During those terrible days of waiting for the invasion, the People showed great wrath toward the hidden enemies who, crouching under Republican authority, awaited the invader, celebrating his arrival already in their homes. But the force of universal Justice brought triumph to the Republicans over the tyrants: Ferdinand’s balloons exploded, with him in his pride, his heir, his counts, barons and generals, his eight estates and his entire army.

Yet the Republic could not breathe freely, not then, nor even to this day, for still the whole world is against it. By their overwhelming numbers the tyrannical navies destroyed the entire Republican fleet – once the pride of Guntreland. They occupied all the islands encircling the continent, and by ships and aerial patrols blockaded every Guntrelandish port, cutting off all commerce with the independent archipelago states. Upon these islands they stationed their airships, from which each day they rain bombs upon the Republic. (…)

HONOUR THE CONSTITUTION, CITIZENS!

 

[1] Arlena Releren, the infamous mistress of king Alfons, who came from a family of the king's people, her place in the court - where she soon attracted the king's attention – she won thanks to her acquaintance with countess Klauzen, whose husband count Esther, on the recommendation of the marquis of Jehelburgh, chancellor of the royal treasury, for a certain time came to the position of the minister of commerce. Releren remained unsurpassedly infamous for her caprices, spending and influence on the monarch. On the night of the Republic's exit out of the secret to the public sphere, the Eustatian mob pulled her out of the carriages -in which the royal mistress was returning from the capital parties to the the royal palace - and torn her to pieces; regarding the news of her death, Alfons said only one word -

 – “dammage”.

[2] Each of these regions is divided into districts and districts to municipalities. At the helm of each of the regions, including the Twentieth region (the peninsula Schwentz), which the Republic did not control, was the Regional Commander appointed by the Public Command Committee. The regions are numbered in the chronological order of the first appearance of Republican proclamations on their territory.  

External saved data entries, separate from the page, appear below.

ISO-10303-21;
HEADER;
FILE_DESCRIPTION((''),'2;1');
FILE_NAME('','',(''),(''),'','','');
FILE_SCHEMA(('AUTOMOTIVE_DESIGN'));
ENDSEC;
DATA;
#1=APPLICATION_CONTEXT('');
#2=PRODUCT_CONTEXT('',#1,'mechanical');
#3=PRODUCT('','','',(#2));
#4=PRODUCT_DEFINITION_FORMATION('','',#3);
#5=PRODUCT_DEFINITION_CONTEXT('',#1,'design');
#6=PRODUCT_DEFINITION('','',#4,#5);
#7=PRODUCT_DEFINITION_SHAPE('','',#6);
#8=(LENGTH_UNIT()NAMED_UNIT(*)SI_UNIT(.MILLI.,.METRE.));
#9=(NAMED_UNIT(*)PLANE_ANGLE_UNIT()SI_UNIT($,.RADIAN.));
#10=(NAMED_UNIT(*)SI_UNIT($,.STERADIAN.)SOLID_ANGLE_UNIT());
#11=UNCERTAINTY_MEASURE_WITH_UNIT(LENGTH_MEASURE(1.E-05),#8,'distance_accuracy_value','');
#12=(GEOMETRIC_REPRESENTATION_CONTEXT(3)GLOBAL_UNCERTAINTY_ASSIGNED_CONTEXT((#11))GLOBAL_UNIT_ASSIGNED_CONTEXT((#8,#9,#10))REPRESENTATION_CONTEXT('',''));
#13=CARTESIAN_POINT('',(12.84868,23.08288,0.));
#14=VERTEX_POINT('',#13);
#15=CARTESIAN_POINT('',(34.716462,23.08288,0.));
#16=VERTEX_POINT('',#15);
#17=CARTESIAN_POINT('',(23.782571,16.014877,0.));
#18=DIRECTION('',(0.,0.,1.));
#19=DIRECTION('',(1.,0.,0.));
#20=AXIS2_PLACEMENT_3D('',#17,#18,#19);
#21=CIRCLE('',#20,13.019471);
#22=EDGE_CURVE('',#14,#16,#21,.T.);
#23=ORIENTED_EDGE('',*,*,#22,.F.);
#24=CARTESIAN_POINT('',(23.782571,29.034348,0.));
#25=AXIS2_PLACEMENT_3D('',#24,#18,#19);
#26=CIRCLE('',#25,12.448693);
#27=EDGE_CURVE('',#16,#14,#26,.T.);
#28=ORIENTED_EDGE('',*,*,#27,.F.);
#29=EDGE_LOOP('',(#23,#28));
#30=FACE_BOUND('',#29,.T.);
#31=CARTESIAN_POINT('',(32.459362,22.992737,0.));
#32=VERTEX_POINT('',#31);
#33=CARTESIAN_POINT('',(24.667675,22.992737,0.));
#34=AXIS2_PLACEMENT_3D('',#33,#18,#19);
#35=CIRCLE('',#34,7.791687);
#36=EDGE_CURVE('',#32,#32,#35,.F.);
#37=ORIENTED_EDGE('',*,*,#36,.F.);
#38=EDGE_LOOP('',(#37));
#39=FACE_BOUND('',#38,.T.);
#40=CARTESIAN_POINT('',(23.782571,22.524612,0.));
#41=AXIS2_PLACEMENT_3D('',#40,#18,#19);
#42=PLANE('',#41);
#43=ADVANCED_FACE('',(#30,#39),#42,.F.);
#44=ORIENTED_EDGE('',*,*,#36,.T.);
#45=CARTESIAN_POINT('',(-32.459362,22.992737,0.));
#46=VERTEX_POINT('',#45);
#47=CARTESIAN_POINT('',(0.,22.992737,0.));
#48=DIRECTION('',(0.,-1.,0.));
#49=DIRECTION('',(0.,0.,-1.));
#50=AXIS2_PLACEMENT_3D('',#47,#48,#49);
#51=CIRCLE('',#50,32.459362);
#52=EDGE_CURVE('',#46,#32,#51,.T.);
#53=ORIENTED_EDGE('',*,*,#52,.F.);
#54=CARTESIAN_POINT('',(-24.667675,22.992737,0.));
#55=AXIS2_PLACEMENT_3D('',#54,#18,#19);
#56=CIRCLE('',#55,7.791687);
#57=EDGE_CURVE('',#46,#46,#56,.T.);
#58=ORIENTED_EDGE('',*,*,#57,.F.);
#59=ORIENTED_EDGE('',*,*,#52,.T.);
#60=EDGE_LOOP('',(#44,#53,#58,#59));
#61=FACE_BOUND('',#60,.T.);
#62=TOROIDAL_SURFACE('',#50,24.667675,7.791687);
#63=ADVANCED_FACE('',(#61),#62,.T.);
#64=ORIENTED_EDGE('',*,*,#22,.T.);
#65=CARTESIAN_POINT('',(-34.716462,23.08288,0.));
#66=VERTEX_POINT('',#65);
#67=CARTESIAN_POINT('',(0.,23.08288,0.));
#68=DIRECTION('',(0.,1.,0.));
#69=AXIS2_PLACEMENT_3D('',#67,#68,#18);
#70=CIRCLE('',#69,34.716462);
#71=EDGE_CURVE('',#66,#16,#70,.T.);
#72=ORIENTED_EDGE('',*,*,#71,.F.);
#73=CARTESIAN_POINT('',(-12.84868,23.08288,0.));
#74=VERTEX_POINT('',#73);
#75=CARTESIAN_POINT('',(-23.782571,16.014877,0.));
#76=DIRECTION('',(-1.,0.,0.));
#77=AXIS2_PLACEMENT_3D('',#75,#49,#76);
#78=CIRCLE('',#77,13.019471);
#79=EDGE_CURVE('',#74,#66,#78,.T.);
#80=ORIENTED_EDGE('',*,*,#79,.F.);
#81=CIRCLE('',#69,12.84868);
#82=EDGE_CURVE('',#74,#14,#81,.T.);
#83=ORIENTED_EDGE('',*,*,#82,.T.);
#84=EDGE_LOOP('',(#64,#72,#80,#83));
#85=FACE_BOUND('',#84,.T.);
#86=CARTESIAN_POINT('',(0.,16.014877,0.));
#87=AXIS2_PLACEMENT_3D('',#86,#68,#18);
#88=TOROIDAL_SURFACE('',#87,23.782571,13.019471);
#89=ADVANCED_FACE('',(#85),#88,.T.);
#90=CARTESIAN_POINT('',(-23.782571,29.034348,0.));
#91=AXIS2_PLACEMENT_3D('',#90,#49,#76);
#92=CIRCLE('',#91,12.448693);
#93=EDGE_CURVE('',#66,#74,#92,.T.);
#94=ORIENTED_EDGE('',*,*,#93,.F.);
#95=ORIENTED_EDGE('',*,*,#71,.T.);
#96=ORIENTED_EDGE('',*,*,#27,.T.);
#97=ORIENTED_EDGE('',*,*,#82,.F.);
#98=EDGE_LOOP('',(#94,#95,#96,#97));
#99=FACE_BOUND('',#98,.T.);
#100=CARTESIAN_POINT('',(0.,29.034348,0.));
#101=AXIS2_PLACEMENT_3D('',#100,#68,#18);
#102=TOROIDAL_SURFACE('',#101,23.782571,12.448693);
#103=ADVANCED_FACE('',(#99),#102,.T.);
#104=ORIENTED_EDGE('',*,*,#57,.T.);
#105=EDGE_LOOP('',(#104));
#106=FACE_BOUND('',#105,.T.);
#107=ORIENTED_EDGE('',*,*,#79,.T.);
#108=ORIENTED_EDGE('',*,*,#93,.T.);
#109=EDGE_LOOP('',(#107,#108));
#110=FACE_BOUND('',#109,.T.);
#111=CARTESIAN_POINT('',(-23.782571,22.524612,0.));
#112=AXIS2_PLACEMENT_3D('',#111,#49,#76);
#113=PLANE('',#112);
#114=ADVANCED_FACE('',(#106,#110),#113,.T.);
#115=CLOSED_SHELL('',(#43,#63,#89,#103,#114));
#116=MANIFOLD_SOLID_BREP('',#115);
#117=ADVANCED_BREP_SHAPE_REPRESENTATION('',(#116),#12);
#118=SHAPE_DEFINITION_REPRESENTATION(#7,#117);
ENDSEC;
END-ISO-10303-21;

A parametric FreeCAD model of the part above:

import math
import FreeCAD as App
import Part
import Sketcher

doc = App.newDocument("Part")
body = doc.addObject("PartDesign::Body", "Body")

sketch1 = body.newObject("Sketcher::SketchObject", "Sketch")
sketch1.AttachmentSupport = (doc.getObject("XY_Plane"), [""])
sketch1.MapMode = "FlatFace"
sketch1.addGeometry([
    Part.ArcOfCircle(Part.Circle(App.Vector(24, 16, 0), App.Vector(0, 0, 1), 13), math.radians(147), math.radians(393)),
    Part.ArcOfCircle(Part.Circle(App.Vector(24, 29, 0), App.Vector(0, 0, 1), 12), math.radians(-29), math.radians(209)),
], False)
sketch1.addConstraint([
    Sketcher.Constraint("Coincident", 0, 1, 1, 2),
    Sketcher.Constraint("Coincident", 1, 1, 0, 2),
    Sketcher.Constraint("Horizontal", 0, 1, 1, 1),
    Sketcher.Constraint("Radius", 0, 13.019471),
    Sketcher.Constraint("Radius", 1, 12.448693),
    Sketcher.Constraint("DistanceX", -1, 1, 0, 3, 23.782571),
    Sketcher.Constraint("DistanceY", -1, 1, 1, 3, 29.034348),
    Sketcher.Constraint("DistanceX", -1, 1, 0, 1, 12.84868),
])
revolution = body.newObject("PartDesign::Revolution", "Revolution")
revolution.Profile = sketch1
revolution.ReferenceAxis = (sketch1, ["V_Axis"])
revolution.Angle = 180
revolution.Reversed = True

sketch2 = body.newObject("Sketcher::SketchObject", "Sketch001")
sketch2.AttachmentSupport = (doc.getObject("XY_Plane"), [""])
sketch2.MapMode = "FlatFace"
sketch2.addGeometry(Part.Circle(App.Vector(25, 23, 0), App.Vector(0, 0, 1), 8), False)
sketch2.addConstraint([
    Sketcher.Constraint("Diameter", 0, 15.583374),
    Sketcher.Constraint("DistanceX", -1, 1, 0, 3, 24.667675),
    Sketcher.Constraint("DistanceY", -1, 1, 0, 3, 22.992737),
])
revolution2 = body.newObject("PartDesign::Revolution", "Revolution001")
revolution2.Profile = sketch2
revolution2.ReferenceAxis = (sketch2, ["V_Axis"])
revolution2.Angle = 180

doc.recompute()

[3] In Balster's poem "Admiral Meiblich", a kraken in the center of the ocean intercepts the Sigisland fleet during its return to the parent continent after the end of the Twenty-Six-Years’ War, and after losing a bet with the Sigislandite admiral that it will know better than him the flags of all the ships he had swallowed up to then he plunges into the sea, promising that, it will not attack boats under the purple flag for a hundred and ninety seven years, but that within three years of the expiration of that deadline "it will come to collect all debts for its two centuries long fast".